How can any Centennial elected official support the Home Rule Charter, up for a vote on June 10? The charter fails in several areas. Here are three; the first should give all elected Centennial officials pause and the second should make you angry. 1. Remove Each Other? Section 2.13 of the Charter allows for the city council and mayor to remove, with “good cause”, any member of the council or the mayor. What is wrong with that? Well, you voted them in, don’t you think you should reserve the power and right to vote them out? Why should that right be taken away from you? Imagine a scenario where your representative is tough, challenging the status quo and probing for answers and facts. You voted him into office with a strong majority and expect him to challenge when appropriate. Now imagine another who is a strong leader, someone who can pull or bully others to their point of view. This person needs only to gather five more votes (total of six needed) and your elected official could be removed from office and thereby trump the voice of the people – ignoring your vote that originally placed him or her in office.
2. Eliminate Elected Positions? Sections 8.5 & 8.7 of the charter remove the two elected positions that you, the citizens, voted to maintain just a few years ago. The majority of the charter commissioners voted that their logic to remove the elected City Clerk and City Treasurer is superior to your vote. They are sending the unintended message that you can’t make a good decision, and will act to make it for you. Do you feel compelled to trust this charter when your vote and will is ignored?
3. Sky's the Limit? The charter codifies the idea that Centennial is not to be a virtual city – the vision initially projected when the city incorporated seven years ago. How does the charter do this? The very essence of Home Rule grants a municipality the power to self-govern; to become whatever the city wants to become by passing legislation. No longer constrained by state statues, the city can increase its tax base, staff, overhead, and spending. All tax increases will go to the voters for approval, but the city can commit us to spending without your vote (e.g. public works, increased staffing, etc.).
Still uncertain? Here are another five other points to justify voting no . 4. Trust. Where is your level of trust given these three points above? Do you remember when the city incorporated, and promises were made to have low sales tax (1.5%), no automobile tax, and no city hall (“virtual” only)? All have evolved away from those initial promises. It is a matter of trust.
5. Amendments. Supporters say “let’s just pass this now and we’ll fix it later…we’ll add amendments”. In other words, the same people who don’t trust you and your vote are asking you to trust them – that they know how to handle this and that we need only to have faith that all will be well. Trust them that the will of the people will be heard – that the appropriate amendments will be added to the Charter to fix its current errors. How do you feel about that – about trusting them to do the right thing and honor your voice? (As you ponder this – consider the first four again.) Bottom line: I can’t trust that an amendment process would happen.
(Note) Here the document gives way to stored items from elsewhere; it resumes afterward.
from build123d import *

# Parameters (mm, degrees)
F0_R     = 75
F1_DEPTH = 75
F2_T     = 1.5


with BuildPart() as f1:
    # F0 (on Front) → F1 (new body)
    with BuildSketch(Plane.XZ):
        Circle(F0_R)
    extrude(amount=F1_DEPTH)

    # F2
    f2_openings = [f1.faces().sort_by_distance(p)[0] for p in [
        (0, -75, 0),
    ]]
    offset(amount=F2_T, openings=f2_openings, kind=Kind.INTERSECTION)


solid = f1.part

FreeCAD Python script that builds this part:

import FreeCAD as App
import Part
import Sketcher
from FreeCAD import Vector
Q = App.Units.Quantity


def faces_at(feature, points):
    """Names of the faces that lie closest to the given points."""
    faces = feature.Shape.Faces
    near = lambda p: min(range(len(faces)), key=lambda i: faces[i].distToShape(Part.Vertex(*p))[0])
    return sorted({f"Face{near(p) + 1}" for p in points})

doc = App.newDocument("Part")
body = doc.addObject("PartDesign::Body", "Body")

sketch1 = body.newObject("Sketcher::SketchObject", "Sketch")
sketch1.AttachmentSupport = (doc.getObject("XZ_Plane"), [""])
sketch1.MapMode = "FlatFace"
sketch1.addGeometry(Part.Circle(Vector(0, 0, 0), Vector(0, 0, 1), 75), False)
sketch1.addConstraint([
    Sketcher.Constraint("Coincident", 0, 3, -1, 1),
    Sketcher.Constraint("Diameter", 0, Q("150 mm")),
])
pad1 = body.newObject("PartDesign::Pad", "Pad")
pad1.Profile = sketch1
pad1.Length = 75
doc.recompute()

thickness = body.newObject("PartDesign::Thickness", "Thickness")
thickness.Base = (pad1, faces_at(pad1, [(0, -75, 0)]))
thickness.Value = 1.5
thickness.Reversed = False
thickness.Join = "Intersection"

doc.recompute()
6. Maturity and Vision. Because the city’s 2007 vision survey only touched a tiny representation of the city (only 400 of 103,000 residents; or approx. 0.4%), we only know the opinion of a small sampling of residents. But our city is a blend of the old and the new with visions and ideas different from one part of town to another. It is my view that we have not existed long enough to filter and vet out what “we” want to be. As a whole, we need more time to mature– more time to coalesce a vision that is representative of the WHOLE city and find that consensus vision. There’s no rush here...we have all the time we need to do this right.
7. Motive. I believe the real motive for Home Rule is NOT about self-determination. Yes, the charter will provide self-determination, but the driving motive of our mayor and his supporters in pushing Home Rule is about money. Why the big rush to pass the Charter now? It’s all about taxes and revenue. Why more money? To pay for more city buildings, more city staff, and more city benefits. Clearly, more money means more government. Don’t’ get me wrong – government has a place in our lives, an important role. But we do not need more government trucks or buildings. We don’t need to grow the city staff, again. We need our city officials to keep the city fiscally healthy by operating as a virtual city – the city that leaders promised you seven years ago.
8. Next Steps. What happens if the Charter vote fails? Several next steps will occur. First, the Charter Commission will go back to work on the Charter – hopefully to correct the gaps and errors of the current version. Also, all will hear your clear voice in the choir of the whole express the sentiment and will of the people – “we are not to be ignored nor our votes trumped”. Most importantly, the city doesn’t get more money. The city council and mayor will be forced and challenged to find ways to cut spending to meet the budget, instead of reaching to grab more revenue to grow government. I think that is a good thing.
I’ve outlined eight points that justify a “NO” vote on your mail-in ballot. This Memorial Day, as you receive your ballots, remember those who stood up for you and me – fighting to ensure that our voices and that our vote would mean something. Send a message and join me - vote “NO” and do not adopt this charter.